» YOUR OBJECTIVE
Please filter the data below down to the lines holding the string "extrude".

Saved entries:
-.-.-

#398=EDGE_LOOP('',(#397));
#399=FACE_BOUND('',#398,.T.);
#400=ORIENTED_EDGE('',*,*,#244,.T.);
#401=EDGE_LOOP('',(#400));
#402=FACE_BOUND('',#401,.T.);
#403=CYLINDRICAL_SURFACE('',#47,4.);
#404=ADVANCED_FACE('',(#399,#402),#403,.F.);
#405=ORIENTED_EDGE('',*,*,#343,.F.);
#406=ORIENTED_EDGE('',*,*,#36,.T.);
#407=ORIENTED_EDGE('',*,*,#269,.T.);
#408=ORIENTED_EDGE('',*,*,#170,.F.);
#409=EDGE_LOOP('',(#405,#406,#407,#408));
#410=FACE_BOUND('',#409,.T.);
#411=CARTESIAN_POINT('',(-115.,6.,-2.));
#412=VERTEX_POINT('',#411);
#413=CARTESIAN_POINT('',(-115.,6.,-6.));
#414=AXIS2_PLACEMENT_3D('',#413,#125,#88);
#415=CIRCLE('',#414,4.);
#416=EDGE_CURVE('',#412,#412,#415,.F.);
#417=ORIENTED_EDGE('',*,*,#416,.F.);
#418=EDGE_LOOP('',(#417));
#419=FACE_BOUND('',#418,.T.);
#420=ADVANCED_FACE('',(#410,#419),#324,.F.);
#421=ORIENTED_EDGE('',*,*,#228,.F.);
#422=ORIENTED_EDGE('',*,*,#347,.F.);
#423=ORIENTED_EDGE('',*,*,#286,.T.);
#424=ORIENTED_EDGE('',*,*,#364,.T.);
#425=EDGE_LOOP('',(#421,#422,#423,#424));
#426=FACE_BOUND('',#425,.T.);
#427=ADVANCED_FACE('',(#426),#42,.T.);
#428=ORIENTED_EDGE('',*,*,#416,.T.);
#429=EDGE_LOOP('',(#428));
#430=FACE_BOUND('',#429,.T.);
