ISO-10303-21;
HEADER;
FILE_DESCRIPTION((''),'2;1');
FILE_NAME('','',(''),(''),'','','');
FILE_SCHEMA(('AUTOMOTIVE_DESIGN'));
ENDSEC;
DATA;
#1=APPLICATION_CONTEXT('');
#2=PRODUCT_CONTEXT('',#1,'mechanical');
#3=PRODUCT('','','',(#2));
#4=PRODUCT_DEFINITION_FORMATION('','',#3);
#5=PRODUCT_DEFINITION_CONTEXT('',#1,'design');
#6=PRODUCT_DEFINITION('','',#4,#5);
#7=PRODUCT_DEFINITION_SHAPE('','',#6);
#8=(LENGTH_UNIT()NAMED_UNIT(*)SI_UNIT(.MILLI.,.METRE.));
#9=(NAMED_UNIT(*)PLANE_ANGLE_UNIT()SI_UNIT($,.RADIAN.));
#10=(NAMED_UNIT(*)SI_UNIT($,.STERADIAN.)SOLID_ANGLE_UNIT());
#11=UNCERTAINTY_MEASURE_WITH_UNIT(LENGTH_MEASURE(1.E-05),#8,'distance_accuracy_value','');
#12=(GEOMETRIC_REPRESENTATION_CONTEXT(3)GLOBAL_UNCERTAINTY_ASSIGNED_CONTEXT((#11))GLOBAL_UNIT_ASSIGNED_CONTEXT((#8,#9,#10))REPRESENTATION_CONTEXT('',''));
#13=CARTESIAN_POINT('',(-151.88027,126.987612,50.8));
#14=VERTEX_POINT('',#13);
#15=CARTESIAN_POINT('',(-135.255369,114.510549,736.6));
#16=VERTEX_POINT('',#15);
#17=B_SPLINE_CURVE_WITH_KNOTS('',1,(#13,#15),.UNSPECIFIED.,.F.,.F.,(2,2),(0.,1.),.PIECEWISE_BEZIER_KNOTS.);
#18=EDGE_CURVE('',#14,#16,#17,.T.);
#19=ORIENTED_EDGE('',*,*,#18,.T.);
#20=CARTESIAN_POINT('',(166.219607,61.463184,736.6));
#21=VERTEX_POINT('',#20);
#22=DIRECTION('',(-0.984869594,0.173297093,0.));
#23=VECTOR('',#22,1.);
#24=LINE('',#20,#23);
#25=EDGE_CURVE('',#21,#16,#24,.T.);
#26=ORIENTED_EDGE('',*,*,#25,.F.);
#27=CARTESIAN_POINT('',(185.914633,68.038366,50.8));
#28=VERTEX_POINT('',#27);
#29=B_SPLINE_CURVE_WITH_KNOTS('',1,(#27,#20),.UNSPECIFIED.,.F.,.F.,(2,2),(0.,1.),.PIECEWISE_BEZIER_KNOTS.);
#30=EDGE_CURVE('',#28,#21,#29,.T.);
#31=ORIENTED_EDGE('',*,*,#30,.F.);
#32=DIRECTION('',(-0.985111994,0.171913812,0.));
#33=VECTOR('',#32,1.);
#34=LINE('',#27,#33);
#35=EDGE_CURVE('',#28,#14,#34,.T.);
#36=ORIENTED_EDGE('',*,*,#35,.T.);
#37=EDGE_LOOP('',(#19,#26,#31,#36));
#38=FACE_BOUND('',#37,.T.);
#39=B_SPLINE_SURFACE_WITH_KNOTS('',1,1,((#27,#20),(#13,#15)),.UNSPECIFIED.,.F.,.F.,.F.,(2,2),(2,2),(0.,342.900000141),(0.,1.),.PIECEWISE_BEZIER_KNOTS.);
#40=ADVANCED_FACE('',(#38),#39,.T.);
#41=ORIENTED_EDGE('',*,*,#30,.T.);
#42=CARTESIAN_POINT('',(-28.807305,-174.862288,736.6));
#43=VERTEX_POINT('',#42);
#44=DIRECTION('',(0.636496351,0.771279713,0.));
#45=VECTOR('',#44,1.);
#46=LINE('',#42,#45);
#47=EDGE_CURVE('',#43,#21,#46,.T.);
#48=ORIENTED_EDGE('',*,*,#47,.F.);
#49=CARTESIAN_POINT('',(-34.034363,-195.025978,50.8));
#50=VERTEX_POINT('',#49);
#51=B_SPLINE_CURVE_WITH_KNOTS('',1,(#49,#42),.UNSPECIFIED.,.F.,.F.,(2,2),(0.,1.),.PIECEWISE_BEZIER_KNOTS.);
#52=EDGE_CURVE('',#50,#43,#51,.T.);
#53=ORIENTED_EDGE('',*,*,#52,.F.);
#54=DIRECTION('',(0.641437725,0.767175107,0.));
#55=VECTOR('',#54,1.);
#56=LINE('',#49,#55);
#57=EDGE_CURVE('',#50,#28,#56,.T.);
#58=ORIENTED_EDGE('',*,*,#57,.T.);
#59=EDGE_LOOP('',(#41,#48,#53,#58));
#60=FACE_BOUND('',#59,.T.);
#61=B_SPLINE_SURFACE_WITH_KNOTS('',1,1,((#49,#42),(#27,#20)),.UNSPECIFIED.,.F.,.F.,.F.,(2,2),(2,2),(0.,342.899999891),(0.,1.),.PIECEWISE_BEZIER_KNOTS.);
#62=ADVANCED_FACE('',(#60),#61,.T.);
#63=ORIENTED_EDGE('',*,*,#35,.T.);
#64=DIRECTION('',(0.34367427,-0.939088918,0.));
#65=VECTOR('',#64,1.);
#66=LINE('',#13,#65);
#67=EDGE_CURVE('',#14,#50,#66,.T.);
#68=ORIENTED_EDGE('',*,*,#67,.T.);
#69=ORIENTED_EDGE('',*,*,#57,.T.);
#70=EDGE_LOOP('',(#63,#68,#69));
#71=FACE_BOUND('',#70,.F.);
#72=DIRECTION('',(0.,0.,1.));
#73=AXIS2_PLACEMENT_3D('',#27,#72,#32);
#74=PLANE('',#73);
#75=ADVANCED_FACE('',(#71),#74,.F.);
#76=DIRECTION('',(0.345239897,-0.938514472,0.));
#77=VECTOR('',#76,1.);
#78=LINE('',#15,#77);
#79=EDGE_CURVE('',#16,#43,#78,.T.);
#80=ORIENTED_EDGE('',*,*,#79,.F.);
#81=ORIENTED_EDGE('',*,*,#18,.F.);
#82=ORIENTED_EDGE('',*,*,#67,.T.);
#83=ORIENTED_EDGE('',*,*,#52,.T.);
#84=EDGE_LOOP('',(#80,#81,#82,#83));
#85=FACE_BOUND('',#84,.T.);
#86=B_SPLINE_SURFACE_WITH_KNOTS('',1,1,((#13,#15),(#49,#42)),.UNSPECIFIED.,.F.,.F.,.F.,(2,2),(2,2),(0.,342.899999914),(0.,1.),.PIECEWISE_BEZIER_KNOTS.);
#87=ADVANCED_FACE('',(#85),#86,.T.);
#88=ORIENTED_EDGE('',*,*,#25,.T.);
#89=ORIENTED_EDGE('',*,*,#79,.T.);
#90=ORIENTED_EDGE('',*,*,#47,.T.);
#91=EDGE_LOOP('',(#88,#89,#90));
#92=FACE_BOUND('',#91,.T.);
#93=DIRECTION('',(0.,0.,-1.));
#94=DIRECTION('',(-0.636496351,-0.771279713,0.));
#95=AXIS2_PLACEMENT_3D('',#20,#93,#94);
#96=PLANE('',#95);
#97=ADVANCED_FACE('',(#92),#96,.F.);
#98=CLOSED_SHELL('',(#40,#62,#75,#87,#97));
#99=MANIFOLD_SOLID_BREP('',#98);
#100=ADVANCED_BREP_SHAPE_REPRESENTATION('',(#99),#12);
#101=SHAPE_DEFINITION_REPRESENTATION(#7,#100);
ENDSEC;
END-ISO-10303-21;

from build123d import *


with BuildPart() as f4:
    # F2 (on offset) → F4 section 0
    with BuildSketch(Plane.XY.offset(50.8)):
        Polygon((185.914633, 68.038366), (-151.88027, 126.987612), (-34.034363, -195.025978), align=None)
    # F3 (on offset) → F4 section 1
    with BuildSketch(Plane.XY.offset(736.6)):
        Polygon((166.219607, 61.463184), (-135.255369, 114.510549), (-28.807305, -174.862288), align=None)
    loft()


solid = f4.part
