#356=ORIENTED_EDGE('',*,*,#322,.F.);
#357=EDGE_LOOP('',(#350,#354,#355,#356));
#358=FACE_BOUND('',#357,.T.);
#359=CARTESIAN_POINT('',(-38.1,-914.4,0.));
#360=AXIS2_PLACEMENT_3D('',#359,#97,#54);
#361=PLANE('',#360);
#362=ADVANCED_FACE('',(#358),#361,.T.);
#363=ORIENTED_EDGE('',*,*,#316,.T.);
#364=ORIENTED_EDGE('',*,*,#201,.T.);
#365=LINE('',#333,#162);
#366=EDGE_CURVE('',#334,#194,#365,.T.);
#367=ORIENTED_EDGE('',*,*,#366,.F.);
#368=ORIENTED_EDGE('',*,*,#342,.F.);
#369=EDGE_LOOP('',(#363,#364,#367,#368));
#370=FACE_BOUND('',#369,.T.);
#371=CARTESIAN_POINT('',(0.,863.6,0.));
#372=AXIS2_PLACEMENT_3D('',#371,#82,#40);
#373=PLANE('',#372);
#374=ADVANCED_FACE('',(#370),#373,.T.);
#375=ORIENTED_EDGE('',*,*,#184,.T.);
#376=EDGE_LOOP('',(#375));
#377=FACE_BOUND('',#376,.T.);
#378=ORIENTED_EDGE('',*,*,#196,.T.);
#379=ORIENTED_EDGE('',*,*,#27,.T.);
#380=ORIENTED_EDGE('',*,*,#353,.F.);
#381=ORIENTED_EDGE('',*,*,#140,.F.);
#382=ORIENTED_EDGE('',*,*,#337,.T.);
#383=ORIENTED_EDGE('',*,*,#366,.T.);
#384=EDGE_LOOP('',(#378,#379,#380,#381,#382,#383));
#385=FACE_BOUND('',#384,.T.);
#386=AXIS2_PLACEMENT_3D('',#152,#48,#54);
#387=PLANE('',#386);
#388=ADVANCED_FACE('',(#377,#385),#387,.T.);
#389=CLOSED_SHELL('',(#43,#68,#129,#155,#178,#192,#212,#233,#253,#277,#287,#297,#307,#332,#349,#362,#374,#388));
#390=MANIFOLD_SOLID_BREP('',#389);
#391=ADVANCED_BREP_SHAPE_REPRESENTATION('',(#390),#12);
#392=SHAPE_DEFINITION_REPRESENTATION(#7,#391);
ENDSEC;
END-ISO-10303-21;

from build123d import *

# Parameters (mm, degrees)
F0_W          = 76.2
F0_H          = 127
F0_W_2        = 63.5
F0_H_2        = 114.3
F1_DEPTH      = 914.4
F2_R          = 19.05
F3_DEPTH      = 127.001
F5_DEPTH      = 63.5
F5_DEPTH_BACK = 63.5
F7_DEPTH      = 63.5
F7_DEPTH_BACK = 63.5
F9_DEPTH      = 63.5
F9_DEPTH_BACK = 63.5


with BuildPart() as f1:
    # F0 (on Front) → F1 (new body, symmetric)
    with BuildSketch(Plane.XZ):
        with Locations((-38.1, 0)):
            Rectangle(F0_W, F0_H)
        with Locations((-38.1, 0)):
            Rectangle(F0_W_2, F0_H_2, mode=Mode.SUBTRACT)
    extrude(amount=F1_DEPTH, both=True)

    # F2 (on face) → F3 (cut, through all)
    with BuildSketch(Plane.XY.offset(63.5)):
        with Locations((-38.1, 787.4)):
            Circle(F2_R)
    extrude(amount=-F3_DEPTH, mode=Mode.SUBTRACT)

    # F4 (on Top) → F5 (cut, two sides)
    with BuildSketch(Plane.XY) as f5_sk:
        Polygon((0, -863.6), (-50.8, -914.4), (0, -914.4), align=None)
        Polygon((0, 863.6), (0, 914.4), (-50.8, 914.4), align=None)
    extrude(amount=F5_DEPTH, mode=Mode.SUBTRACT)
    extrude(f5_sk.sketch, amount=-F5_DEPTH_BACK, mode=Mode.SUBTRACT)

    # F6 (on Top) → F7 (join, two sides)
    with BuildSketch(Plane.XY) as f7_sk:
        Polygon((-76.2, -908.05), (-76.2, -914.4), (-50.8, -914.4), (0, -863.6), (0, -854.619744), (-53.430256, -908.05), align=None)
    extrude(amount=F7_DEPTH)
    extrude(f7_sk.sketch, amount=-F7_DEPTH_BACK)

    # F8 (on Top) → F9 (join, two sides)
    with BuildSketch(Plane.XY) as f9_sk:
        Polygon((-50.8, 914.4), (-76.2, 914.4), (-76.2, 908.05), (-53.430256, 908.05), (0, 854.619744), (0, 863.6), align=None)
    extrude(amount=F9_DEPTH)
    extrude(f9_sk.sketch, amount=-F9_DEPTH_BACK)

-.-.-

» WRITTEN RESPONSE
    extrude(amount=F1_DEPTH, both=True)
    extrude(amount=-F3_DEPTH, mode=Mode.SUBTRACT)
    extrude(amount=F5_DEPTH, mode=Mode.SUBTRACT)
    extrude(f5_sk.sketch, amount=-F5_DEPTH_BACK, mode=Mode.SUBTRACT)
    extrude(amount=F7_DEPTH)
    extrude(f7_sk.sketch, amount=-F7_DEPTH_BACK)
    extrude(amount=F9_DEPTH)
    extrude(f9_sk.sketch, amount=-F9_DEPTH_BACK)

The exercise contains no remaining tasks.